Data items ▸
------------------------------------------------------------------------
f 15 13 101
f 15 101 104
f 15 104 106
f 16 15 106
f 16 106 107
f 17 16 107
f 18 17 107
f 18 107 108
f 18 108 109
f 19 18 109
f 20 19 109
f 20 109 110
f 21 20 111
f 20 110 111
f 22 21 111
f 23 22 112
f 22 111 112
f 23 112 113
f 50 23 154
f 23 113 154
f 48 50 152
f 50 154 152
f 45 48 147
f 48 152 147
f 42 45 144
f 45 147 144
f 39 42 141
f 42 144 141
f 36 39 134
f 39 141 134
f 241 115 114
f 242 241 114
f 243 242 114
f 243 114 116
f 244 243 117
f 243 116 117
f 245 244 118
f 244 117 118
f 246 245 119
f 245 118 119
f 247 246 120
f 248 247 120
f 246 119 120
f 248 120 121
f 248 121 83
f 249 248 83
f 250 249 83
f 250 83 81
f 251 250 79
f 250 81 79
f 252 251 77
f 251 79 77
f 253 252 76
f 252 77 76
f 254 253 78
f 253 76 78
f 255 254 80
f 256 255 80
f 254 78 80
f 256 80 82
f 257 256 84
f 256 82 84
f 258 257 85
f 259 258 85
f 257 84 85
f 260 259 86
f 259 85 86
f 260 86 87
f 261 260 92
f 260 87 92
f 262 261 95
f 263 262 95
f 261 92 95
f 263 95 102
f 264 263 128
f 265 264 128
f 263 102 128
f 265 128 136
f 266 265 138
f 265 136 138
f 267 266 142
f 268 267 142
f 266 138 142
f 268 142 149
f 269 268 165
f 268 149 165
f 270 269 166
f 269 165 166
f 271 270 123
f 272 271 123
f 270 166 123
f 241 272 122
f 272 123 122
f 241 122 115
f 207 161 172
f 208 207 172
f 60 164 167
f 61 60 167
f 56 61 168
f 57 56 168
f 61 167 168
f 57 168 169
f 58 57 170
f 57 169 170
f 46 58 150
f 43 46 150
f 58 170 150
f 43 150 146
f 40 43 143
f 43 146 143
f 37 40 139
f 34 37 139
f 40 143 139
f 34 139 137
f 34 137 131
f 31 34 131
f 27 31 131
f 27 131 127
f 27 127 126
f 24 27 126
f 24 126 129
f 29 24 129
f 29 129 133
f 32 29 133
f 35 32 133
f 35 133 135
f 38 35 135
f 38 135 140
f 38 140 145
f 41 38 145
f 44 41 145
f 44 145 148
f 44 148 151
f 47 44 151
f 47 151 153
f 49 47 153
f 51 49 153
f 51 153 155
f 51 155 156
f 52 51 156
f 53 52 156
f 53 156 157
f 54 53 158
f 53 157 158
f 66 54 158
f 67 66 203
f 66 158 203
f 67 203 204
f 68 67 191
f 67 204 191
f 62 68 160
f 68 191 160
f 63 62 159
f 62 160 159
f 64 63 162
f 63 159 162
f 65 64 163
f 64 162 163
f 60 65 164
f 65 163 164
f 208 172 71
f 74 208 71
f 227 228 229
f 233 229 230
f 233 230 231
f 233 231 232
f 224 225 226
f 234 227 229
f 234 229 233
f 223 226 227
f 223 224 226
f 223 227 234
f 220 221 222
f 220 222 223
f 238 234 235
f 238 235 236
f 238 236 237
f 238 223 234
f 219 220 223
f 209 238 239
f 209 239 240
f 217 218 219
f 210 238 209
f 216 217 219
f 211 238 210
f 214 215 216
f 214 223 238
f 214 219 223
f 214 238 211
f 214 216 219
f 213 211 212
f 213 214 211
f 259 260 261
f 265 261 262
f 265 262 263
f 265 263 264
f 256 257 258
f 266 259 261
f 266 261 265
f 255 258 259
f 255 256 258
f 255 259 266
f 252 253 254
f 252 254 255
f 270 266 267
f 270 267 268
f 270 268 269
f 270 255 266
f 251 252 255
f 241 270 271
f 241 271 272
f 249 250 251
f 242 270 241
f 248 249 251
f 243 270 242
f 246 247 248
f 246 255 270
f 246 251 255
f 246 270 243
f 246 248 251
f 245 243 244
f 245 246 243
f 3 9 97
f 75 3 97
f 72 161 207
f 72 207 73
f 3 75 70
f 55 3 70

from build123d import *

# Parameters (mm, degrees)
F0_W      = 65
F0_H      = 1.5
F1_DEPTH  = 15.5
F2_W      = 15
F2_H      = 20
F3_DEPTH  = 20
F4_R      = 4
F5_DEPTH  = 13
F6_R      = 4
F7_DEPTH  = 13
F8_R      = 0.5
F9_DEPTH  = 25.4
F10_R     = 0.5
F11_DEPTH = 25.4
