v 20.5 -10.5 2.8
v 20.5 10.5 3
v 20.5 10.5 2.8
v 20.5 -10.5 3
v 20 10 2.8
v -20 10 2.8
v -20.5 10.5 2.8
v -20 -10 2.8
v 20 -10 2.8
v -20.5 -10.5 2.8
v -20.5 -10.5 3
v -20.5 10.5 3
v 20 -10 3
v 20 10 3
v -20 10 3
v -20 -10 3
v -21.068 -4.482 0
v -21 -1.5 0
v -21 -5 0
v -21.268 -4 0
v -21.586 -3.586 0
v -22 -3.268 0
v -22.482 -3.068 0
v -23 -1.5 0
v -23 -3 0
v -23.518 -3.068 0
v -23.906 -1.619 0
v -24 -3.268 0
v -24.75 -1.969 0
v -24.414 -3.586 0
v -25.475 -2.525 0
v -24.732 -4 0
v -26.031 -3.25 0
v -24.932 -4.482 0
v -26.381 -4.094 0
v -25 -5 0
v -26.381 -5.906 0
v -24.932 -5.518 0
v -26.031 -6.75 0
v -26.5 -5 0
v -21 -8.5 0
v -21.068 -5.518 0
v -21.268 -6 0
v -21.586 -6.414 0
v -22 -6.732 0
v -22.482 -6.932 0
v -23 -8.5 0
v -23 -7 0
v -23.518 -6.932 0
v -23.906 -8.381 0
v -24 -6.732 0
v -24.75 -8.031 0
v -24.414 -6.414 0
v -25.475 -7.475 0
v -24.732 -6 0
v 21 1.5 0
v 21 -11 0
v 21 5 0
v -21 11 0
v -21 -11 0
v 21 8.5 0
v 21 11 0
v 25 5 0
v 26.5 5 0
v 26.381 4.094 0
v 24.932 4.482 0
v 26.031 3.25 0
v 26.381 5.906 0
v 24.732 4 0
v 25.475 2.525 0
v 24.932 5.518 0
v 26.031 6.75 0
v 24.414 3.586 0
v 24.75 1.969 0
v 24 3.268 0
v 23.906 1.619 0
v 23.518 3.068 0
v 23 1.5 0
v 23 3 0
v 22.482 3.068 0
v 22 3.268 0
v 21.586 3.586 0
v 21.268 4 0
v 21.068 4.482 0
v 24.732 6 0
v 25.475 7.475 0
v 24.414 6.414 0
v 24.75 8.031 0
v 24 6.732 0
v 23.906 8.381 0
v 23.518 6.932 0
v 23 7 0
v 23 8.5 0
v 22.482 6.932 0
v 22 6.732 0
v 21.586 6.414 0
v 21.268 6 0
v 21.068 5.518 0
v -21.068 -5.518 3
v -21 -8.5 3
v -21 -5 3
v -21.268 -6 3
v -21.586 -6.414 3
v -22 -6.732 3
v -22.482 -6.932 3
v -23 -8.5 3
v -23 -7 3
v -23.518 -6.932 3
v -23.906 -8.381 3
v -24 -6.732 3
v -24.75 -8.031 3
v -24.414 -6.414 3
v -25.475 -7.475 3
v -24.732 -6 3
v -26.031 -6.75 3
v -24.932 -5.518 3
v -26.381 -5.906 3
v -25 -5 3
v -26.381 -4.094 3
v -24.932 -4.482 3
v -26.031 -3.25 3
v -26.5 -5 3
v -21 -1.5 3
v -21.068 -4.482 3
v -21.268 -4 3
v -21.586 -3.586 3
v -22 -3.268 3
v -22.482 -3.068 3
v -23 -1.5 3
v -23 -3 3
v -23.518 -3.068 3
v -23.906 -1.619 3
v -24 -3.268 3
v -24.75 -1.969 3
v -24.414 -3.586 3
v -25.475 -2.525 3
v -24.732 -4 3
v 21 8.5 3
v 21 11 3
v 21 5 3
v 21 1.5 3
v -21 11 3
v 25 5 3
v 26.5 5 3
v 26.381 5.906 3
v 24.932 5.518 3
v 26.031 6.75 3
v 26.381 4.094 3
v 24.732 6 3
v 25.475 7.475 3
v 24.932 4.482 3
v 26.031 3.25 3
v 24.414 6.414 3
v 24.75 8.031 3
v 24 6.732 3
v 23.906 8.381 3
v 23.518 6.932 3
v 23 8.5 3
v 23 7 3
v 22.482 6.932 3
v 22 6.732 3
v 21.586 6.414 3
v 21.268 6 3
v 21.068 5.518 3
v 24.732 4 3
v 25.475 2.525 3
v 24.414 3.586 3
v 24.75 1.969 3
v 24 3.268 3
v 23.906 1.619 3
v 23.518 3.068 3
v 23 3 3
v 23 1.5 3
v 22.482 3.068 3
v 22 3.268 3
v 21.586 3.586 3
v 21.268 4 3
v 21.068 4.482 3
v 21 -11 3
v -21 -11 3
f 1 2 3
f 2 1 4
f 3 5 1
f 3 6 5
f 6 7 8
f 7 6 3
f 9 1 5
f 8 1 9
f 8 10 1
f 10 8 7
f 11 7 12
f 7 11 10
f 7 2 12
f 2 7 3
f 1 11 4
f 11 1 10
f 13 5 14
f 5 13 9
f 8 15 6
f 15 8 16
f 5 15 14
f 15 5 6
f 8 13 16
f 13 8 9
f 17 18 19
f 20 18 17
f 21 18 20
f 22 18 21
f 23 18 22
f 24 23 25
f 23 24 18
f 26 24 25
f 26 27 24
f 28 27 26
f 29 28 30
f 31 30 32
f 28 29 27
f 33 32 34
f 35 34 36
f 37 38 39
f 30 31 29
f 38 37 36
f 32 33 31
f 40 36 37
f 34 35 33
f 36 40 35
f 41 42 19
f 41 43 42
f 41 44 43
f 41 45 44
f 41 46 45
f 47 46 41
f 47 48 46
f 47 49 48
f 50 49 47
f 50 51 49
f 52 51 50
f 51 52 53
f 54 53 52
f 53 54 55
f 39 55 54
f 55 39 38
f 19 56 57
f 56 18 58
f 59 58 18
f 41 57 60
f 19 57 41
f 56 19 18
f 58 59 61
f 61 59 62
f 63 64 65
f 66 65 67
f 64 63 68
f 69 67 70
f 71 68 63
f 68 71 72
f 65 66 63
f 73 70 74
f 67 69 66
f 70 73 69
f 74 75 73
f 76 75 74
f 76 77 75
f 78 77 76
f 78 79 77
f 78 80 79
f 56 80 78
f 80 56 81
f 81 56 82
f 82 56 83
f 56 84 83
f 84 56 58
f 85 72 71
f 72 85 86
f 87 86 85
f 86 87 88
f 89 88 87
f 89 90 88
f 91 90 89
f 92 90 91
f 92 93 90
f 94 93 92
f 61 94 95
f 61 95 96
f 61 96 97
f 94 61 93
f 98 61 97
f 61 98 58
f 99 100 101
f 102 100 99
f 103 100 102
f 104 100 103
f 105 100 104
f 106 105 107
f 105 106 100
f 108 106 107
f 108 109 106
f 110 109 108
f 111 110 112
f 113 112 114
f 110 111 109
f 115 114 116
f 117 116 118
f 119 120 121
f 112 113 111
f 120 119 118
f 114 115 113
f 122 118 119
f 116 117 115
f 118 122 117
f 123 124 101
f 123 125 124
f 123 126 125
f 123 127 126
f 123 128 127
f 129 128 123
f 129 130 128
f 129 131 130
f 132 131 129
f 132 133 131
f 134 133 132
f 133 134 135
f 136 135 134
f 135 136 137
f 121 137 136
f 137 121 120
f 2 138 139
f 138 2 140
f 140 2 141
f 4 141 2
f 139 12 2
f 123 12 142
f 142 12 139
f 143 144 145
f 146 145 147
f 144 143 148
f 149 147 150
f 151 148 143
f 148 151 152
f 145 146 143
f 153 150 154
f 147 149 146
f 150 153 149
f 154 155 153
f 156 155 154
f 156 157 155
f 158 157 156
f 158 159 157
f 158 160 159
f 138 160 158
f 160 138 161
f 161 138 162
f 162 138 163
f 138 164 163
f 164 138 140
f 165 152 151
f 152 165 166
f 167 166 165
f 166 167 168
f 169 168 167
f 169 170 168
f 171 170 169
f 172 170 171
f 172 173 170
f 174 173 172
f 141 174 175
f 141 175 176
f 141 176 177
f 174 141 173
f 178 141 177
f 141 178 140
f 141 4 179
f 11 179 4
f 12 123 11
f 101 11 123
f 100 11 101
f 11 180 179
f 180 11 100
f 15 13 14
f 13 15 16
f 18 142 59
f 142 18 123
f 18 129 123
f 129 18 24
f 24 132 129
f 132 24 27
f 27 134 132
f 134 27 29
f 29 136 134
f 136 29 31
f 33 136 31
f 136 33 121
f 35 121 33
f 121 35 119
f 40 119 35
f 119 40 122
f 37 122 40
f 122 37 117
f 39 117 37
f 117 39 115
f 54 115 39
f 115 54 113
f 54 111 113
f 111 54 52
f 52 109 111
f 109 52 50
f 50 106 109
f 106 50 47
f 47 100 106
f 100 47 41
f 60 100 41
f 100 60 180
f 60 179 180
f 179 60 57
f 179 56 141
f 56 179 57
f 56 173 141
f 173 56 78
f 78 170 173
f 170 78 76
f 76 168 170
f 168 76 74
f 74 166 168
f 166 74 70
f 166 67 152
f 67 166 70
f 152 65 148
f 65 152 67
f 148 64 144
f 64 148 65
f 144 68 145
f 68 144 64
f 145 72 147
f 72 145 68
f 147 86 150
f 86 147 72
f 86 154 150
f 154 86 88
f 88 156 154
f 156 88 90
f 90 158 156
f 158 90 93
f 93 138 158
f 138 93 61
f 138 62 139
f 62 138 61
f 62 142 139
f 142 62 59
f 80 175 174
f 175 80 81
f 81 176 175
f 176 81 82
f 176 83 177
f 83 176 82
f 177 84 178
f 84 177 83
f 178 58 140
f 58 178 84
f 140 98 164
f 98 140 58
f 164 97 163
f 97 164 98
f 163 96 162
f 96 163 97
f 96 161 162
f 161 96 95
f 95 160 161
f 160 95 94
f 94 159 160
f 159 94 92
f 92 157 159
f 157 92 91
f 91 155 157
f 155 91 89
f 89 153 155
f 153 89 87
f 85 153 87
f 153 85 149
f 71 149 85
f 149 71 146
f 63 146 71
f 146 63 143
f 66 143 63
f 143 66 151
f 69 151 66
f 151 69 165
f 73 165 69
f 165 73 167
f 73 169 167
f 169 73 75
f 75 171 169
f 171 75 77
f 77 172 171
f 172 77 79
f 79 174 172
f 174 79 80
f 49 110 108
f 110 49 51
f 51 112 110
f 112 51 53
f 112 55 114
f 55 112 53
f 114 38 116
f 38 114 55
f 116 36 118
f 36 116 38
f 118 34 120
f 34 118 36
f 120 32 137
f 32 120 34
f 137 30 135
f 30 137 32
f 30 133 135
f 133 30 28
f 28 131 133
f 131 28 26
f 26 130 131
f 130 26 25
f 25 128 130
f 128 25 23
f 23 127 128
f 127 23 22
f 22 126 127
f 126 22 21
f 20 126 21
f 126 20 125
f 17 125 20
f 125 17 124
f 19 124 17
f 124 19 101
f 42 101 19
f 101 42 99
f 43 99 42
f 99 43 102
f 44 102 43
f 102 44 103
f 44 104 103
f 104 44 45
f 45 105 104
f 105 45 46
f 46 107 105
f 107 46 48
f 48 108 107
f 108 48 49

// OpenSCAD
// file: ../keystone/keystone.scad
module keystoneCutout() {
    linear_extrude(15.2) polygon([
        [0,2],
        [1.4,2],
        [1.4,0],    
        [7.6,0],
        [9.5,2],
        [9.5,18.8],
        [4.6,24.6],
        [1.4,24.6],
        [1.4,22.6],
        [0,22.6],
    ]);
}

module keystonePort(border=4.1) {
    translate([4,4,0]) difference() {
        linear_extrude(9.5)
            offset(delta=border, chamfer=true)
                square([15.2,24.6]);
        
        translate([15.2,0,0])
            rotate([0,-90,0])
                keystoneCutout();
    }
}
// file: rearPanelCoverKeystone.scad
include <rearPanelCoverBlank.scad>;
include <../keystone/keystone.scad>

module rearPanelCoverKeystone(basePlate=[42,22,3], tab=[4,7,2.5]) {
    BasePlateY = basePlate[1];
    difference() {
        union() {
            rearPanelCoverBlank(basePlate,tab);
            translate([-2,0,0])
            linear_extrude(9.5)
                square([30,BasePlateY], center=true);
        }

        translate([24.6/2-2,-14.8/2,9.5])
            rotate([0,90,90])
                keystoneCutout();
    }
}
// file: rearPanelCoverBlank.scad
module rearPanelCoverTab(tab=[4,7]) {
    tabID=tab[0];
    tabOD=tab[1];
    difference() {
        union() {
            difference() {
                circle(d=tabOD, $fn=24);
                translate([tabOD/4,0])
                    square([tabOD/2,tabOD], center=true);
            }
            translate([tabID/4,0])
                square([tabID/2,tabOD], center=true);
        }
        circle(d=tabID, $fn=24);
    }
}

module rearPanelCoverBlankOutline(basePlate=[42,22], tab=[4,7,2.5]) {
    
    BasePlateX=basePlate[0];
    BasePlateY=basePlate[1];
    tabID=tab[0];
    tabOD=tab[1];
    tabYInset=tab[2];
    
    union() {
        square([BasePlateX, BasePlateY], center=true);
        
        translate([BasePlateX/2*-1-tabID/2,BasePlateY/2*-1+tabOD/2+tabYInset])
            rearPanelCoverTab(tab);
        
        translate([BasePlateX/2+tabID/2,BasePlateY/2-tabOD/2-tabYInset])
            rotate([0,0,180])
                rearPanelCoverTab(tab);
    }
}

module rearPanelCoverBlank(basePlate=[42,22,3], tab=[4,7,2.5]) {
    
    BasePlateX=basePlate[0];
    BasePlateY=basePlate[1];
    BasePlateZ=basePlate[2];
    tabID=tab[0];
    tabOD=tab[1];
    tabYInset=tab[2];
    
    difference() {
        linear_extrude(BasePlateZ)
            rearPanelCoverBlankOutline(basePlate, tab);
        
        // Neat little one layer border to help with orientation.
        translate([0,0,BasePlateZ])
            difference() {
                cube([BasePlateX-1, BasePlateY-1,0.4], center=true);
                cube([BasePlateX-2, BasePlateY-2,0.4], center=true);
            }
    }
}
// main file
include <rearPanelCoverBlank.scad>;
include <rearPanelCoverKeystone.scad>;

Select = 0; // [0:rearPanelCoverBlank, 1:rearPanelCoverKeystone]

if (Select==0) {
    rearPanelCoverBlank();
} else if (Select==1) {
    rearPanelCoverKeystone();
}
------------------------------------------------------------------------
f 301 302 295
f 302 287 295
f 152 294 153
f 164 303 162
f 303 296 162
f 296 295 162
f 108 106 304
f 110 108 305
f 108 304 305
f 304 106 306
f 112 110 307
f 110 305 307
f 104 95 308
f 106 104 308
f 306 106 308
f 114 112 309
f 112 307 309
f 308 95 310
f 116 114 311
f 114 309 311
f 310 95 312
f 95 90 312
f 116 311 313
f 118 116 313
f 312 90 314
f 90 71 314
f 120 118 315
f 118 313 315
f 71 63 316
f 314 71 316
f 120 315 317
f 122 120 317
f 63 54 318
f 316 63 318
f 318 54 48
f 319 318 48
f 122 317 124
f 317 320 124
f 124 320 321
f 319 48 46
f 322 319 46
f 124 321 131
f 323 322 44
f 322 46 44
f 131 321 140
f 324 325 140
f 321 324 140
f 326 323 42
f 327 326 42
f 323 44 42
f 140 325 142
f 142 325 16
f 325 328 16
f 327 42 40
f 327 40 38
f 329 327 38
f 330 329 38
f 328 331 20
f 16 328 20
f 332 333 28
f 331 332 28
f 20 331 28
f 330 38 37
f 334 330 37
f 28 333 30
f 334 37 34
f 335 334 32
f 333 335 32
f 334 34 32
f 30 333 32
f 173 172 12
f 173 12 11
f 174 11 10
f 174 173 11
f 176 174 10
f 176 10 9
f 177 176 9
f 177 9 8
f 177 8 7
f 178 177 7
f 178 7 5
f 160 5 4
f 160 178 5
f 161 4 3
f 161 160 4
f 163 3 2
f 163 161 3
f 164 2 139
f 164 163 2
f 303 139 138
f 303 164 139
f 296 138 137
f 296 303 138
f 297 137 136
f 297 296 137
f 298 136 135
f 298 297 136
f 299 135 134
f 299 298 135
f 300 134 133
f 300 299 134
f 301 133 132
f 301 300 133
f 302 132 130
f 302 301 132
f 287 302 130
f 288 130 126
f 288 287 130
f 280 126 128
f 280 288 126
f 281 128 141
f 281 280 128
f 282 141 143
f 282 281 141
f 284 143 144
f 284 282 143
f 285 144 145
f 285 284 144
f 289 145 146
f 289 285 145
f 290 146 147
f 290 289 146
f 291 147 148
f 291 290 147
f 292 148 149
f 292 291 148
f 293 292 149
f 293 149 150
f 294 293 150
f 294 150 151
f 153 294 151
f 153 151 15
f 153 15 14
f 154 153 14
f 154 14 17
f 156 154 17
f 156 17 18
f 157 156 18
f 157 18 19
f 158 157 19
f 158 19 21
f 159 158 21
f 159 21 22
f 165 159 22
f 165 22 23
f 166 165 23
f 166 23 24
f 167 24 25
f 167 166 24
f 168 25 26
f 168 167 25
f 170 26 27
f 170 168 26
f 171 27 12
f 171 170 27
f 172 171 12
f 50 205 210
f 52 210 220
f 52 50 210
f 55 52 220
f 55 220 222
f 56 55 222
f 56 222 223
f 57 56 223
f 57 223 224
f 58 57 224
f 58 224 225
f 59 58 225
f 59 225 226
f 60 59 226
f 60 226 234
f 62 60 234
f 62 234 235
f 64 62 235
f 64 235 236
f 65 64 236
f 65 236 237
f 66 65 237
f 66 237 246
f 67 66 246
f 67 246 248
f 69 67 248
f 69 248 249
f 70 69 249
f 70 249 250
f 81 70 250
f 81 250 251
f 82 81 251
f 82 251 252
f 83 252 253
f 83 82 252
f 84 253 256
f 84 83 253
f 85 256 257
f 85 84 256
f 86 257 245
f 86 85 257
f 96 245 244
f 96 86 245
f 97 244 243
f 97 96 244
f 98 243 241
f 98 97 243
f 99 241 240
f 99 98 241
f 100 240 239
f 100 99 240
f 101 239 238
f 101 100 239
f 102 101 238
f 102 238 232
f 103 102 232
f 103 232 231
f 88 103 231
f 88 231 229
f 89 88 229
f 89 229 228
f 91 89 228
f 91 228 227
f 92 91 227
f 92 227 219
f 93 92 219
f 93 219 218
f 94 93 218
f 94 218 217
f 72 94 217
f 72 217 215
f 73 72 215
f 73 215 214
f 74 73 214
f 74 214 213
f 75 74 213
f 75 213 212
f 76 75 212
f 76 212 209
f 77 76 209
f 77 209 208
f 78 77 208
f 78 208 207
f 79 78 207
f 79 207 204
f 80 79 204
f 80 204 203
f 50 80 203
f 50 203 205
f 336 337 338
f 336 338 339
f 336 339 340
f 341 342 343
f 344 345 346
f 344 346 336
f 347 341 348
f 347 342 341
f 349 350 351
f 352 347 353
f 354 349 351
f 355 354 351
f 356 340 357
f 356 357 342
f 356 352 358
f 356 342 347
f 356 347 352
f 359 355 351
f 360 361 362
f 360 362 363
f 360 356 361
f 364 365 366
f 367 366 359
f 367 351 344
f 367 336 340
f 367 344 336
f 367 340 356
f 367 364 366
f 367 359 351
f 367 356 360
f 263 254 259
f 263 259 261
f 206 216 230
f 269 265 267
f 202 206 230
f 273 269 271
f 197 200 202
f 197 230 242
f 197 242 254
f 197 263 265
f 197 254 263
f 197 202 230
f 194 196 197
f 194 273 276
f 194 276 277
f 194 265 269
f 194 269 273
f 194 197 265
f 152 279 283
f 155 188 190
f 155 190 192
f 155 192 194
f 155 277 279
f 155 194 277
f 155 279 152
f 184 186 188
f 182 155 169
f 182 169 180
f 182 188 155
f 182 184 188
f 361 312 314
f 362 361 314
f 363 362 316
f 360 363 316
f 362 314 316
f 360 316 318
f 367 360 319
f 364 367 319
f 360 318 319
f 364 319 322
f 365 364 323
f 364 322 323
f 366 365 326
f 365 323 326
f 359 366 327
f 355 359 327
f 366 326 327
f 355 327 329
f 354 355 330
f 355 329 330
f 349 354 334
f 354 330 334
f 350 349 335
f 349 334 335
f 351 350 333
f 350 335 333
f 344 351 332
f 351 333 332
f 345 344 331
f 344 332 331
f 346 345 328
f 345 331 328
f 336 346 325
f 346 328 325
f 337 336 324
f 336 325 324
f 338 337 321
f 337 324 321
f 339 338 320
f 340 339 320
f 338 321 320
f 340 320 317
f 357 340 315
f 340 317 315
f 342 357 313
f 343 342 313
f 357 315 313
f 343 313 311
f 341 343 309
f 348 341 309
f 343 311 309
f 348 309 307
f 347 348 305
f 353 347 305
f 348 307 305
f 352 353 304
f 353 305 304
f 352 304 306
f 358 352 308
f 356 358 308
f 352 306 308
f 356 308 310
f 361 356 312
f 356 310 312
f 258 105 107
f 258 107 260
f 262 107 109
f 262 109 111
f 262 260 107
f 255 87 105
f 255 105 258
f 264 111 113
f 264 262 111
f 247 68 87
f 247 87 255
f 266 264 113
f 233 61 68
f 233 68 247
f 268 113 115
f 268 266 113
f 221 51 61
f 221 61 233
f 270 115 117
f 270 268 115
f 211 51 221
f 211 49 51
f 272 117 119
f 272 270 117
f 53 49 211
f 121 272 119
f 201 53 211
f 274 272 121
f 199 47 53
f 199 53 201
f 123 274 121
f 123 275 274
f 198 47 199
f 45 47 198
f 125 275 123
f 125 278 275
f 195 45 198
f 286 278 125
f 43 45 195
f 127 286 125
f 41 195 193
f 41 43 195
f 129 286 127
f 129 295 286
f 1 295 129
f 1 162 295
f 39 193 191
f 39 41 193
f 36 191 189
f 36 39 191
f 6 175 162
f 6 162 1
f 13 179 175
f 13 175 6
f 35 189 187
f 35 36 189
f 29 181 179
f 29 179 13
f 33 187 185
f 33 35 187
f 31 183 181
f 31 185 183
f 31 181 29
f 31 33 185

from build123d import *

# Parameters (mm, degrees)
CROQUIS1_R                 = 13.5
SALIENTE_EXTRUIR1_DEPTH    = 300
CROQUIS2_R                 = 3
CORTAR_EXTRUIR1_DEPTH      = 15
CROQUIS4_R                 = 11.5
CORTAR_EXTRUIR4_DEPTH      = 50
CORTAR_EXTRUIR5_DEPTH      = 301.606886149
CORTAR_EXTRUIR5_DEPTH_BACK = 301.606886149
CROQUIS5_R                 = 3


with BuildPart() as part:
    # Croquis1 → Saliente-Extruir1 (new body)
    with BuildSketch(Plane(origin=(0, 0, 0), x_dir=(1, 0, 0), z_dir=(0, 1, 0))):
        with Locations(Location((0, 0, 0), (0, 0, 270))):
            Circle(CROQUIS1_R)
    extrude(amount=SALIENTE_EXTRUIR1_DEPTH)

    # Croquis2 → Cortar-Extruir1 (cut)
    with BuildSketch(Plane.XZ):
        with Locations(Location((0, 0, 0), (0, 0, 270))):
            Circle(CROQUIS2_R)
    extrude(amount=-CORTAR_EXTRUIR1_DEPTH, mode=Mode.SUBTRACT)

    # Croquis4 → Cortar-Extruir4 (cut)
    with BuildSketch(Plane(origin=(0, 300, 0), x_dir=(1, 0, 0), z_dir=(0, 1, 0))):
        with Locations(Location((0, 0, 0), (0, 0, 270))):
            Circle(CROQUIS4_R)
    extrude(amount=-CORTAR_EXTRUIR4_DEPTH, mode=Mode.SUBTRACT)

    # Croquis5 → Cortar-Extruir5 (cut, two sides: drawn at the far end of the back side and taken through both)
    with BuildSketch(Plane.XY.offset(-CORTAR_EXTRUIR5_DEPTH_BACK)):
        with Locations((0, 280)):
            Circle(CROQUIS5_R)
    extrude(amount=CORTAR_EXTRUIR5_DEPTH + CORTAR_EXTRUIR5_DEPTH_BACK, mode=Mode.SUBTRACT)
------------------------------------------------------------------------
Both end lines included, restate word for word the lines above from the line with "f 251 252 255" to the line with "v -26.5 -5 0", and nothing else.

f 251 252 255
f 241 270 271
f 241 271 272
f 249 250 251
f 242 270 241
f 248 249 251
f 243 270 242
f 246 247 248
f 246 255 270
f 246 251 255
f 246 270 243
f 246 248 251
f 245 243 244
f 245 246 243
f 3 9 97
f 75 3 97
f 72 161 207
f 72 207 73
f 3 75 70
f 55 3 70

from build123d import *

# Parameters (mm, degrees)
F0_W      = 65
F0_H      = 1.5
F1_DEPTH  = 15.5
F2_W      = 15
F2_H      = 20
F3_DEPTH  = 20
F4_R      = 4
F5_DEPTH  = 13
F6_R      = 4
F7_DEPTH  = 13
F8_R      = 0.5
F9_DEPTH  = 25.4
F10_R     = 0.5
F11_DEPTH = 25.4
v 20.5 -10.5 2.8
v 20.5 10.5 3
v 20.5 10.5 2.8
v 20.5 -10.5 3
v 20 10 2.8
v -20 10 2.8
v -20.5 10.5 2.8
v -20 -10 2.8
v 20 -10 2.8
v -20.5 -10.5 2.8
v -20.5 -10.5 3
v -20.5 10.5 3
v 20 -10 3
v 20 10 3
v -20 10 3
v -20 -10 3
v -21.068 -4.482 0
v -21 -1.5 0
v -21 -5 0
v -21.268 -4 0
v -21.586 -3.586 0
v -22 -3.268 0
v -22.482 -3.068 0
v -23 -1.5 0
v -23 -3 0
v -23.518 -3.068 0
v -23.906 -1.619 0
v -24 -3.268 0
v -24.75 -1.969 0
v -24.414 -3.586 0
v -25.475 -2.525 0
v -24.732 -4 0
v -26.031 -3.25 0
v -24.932 -4.482 0
v -26.381 -4.094 0
v -25 -5 0
v -26.381 -5.906 0
v -24.932 -5.518 0
v -26.031 -6.75 0
v -26.5 -5 0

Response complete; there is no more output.